▶ _Exercise directions_
Would you repeat all of the records underneath, exactly as written?

▶ _Exercise data_
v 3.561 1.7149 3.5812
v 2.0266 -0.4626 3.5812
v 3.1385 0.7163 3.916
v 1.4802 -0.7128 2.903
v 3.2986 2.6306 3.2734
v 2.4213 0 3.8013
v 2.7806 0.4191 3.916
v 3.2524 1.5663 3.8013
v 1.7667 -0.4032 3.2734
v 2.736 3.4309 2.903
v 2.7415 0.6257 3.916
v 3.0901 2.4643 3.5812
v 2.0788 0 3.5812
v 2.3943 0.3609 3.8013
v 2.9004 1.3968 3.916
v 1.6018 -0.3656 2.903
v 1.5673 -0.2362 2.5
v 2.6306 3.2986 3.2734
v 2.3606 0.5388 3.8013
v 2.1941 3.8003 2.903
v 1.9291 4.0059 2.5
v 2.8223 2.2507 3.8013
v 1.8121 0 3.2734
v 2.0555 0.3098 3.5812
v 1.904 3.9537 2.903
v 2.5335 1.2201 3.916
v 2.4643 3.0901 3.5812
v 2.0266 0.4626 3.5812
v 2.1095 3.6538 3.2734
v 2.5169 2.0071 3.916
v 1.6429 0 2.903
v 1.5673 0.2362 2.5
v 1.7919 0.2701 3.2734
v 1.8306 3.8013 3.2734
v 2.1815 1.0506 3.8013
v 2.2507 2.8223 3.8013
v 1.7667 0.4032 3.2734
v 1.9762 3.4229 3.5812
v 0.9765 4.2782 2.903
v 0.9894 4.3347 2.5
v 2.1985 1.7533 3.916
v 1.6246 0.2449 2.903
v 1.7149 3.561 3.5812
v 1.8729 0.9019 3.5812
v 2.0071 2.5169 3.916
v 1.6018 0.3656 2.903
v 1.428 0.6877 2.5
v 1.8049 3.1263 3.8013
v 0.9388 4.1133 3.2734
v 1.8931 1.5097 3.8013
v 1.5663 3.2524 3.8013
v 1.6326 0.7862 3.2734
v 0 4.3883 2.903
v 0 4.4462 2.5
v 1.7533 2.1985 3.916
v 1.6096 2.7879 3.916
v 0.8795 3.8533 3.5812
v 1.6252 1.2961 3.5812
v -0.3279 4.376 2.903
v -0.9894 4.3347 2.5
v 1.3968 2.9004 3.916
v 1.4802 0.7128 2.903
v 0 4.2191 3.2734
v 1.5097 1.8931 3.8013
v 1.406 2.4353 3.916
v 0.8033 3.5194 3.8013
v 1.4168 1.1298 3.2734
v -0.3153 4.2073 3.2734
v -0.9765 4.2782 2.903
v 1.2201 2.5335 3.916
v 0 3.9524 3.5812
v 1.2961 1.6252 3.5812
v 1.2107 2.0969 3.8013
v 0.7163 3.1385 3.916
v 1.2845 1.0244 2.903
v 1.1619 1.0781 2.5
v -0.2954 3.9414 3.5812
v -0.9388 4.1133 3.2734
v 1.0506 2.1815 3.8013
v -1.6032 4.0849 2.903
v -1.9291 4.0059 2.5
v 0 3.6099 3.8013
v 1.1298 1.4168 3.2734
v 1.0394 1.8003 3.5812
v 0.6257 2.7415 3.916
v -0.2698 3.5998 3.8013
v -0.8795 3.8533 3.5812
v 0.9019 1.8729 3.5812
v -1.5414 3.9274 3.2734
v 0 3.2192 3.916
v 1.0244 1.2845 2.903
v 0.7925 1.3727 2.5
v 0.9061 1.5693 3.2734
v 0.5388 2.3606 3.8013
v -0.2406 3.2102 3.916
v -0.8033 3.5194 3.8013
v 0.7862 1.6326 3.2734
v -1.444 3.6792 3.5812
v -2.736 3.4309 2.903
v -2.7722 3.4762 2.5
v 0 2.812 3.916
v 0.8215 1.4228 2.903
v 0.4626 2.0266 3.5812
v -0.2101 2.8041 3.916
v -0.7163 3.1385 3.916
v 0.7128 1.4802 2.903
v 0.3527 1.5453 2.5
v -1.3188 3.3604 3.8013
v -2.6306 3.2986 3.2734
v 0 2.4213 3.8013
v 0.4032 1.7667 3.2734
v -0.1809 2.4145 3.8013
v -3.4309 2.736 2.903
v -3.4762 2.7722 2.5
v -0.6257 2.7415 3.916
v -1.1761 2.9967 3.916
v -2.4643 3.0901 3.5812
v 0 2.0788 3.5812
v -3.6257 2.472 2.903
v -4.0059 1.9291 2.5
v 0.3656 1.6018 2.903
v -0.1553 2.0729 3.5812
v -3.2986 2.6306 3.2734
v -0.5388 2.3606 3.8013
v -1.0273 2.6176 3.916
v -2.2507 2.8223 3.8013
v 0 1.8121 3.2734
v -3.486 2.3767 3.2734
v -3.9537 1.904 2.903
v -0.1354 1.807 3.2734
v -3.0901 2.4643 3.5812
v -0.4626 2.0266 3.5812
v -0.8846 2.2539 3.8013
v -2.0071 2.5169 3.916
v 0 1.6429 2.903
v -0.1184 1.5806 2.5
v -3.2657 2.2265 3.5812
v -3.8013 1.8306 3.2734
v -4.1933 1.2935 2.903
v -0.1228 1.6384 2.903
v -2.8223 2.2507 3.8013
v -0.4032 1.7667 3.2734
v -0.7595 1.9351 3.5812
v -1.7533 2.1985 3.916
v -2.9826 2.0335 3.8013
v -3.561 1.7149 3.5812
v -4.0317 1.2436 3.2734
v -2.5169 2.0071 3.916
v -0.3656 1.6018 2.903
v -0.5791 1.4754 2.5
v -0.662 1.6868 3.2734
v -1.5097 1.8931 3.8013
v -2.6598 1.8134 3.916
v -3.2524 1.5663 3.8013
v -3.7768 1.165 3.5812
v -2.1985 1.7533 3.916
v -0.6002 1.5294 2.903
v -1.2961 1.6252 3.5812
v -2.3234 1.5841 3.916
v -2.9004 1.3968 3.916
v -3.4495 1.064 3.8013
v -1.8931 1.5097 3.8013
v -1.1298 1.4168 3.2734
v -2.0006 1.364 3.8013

▶ _Task answer_
v 3.561 1.7149 3.5812
v 2.0266 -0.4626 3.5812
v 3.1385 0.7163 3.916
v 1.4802 -0.7128 2.903
v 3.2986 2.6306 3.2734
v 2.4213 0 3.8013
v 2.7806 0.4191 3.916
v 3.2524 1.5663 3.8013
v 1.7667 -0.4032 3.2734
v 2.736 3.4309 2.903
v 2.7415 0.6257 3.916
v 3.0901 2.4643 3.5812
v 2.0788 0 3.5812
v 2.3943 0.3609 3.8013
v 2.9004 1.3968 3.916
v 1.6018 -0.3656 2.903
v 1.5673 -0.2362 2.5
v 2.6306 3.2986 3.2734
v 2.3606 0.5388 3.8013
v 2.1941 3.8003 2.903
v 1.9291 4.0059 2.5
v 2.8223 2.2507 3.8013
v 1.8121 0 3.2734
v 2.0555 0.3098 3.5812
v 1.904 3.9537 2.903
v 2.5335 1.2201 3.916
v 2.4643 3.0901 3.5812
v 2.0266 0.4626 3.5812
v 2.1095 3.6538 3.2734
v 2.5169 2.0071 3.916
v 1.6429 0 2.903
v 1.5673 0.2362 2.5
v 1.7919 0.2701 3.2734
v 1.8306 3.8013 3.2734
v 2.1815 1.0506 3.8013
v 2.2507 2.8223 3.8013
v 1.7667 0.4032 3.2734
v 1.9762 3.4229 3.5812
v 0.9765 4.2782 2.903
v 0.9894 4.3347 2.5
v 2.1985 1.7533 3.916
v 1.6246 0.2449 2.903
v 1.7149 3.561 3.5812
v 1.8729 0.9019 3.5812
v 2.0071 2.5169 3.916
v 1.6018 0.3656 2.903
v 1.428 0.6877 2.5
v 1.8049 3.1263 3.8013
v 0.9388 4.1133 3.2734
v 1.8931 1.5097 3.8013
v 1.5663 3.2524 3.8013
v 1.6326 0.7862 3.2734
v 0 4.3883 2.903
v 0 4.4462 2.5
v 1.7533 2.1985 3.916
v 1.6096 2.7879 3.916
v 0.8795 3.8533 3.5812
v 1.6252 1.2961 3.5812
v -0.3279 4.376 2.903
v -0.9894 4.3347 2.5
v 1.3968 2.9004 3.916
v 1.4802 0.7128 2.903
v 0 4.2191 3.2734
v 1.5097 1.8931 3.8013
v 1.406 2.4353 3.916
v 0.8033 3.5194 3.8013
v 1.4168 1.1298 3.2734
v -0.3153 4.2073 3.2734
v -0.9765 4.2782 2.903
v 1.2201 2.5335 3.916
v 0 3.9524 3.5812
v 1.2961 1.6252 3.5812
v 1.2107 2.0969 3.8013
v 0.7163 3.1385 3.916
v 1.2845 1.0244 2.903
v 1.1619 1.0781 2.5
v -0.2954 3.9414 3.5812
v -0.9388 4.1133 3.2734
v 1.0506 2.1815 3.8013
v -1.6032 4.0849 2.903
v -1.9291 4.0059 2.5
v 0 3.6099 3.8013
v 1.1298 1.4168 3.2734
v 1.0394 1.8003 3.5812
v 0.6257 2.7415 3.916
v -0.2698 3.5998 3.8013
v -0.8795 3.8533 3.5812
v 0.9019 1.8729 3.5812
v -1.5414 3.9274 3.2734
v 0 3.2192 3.916
v 1.0244 1.2845 2.903
v 0.7925 1.3727 2.5
v 0.9061 1.5693 3.2734
v 0.5388 2.3606 3.8013
v -0.2406 3.2102 3.916
v -0.8033 3.5194 3.8013
v 0.7862 1.6326 3.2734
v -1.444 3.6792 3.5812
v -2.736 3.4309 2.903
v -2.7722 3.4762 2.5
v 0 2.812 3.916
v 0.8215 1.4228 2.903
v 0.4626 2.0266 3.5812
v -0.2101 2.8041 3.916
v -0.7163 3.1385 3.916
v 0.7128 1.4802 2.903
v 0.3527 1.5453 2.5
v -1.3188 3.3604 3.8013
v -2.6306 3.2986 3.2734
v 0 2.4213 3.8013
v 0.4032 1.7667 3.2734
v -0.1809 2.4145 3.8013
v -3.4309 2.736 2.903
v -3.4762 2.7722 2.5
v -0.6257 2.7415 3.916
v -1.1761 2.9967 3.916
v -2.4643 3.0901 3.5812
v 0 2.0788 3.5812
v -3.6257 2.472 2.903
v -4.0059 1.9291 2.5
v 0.3656 1.6018 2.903
v -0.1553 2.0729 3.5812
v -3.2986 2.6306 3.2734
v -0.5388 2.3606 3.8013
v -1.0273 2.6176 3.916
v -2.2507 2.8223 3.8013
v 0 1.8121 3.2734
v -3.486 2.3767 3.2734
v -3.9537 1.904 2.903
v -0.1354 1.807 3.2734
v -3.0901 2.4643 3.5812
v -0.4626 2.0266 3.5812
v -0.8846 2.2539 3.8013
v -2.0071 2.5169 3.916
v 0 1.6429 2.903
v -0.1184 1.5806 2.5
v -3.2657 2.2265 3.5812
v -3.8013 1.8306 3.2734
v -4.1933 1.2935 2.903
v -0.1228 1.6384 2.903
v -2.8223 2.2507 3.8013
v -0.4032 1.7667 3.2734
v -0.7595 1.9351 3.5812
v -1.7533 2.1985 3.916
v -2.9826 2.0335 3.8013
v -3.561 1.7149 3.5812
v -4.0317 1.2436 3.2734
v -2.5169 2.0071 3.916
v -0.3656 1.6018 2.903
v -0.5791 1.4754 2.5
v -0.662 1.6868 3.2734
v -1.5097 1.8931 3.8013
v -2.6598 1.8134 3.916
v -3.2524 1.5663 3.8013
v -3.7768 1.165 3.5812
v -2.1985 1.7533 3.916
v -0.6002 1.5294 2.903
v -1.2961 1.6252 3.5812
v -2.3234 1.5841 3.916
v -2.9004 1.3968 3.916
v -3.4495 1.064 3.8013
v -1.8931 1.5097 3.8013
v -1.1298 1.4168 3.2734
v -2.0006 1.364 3.8013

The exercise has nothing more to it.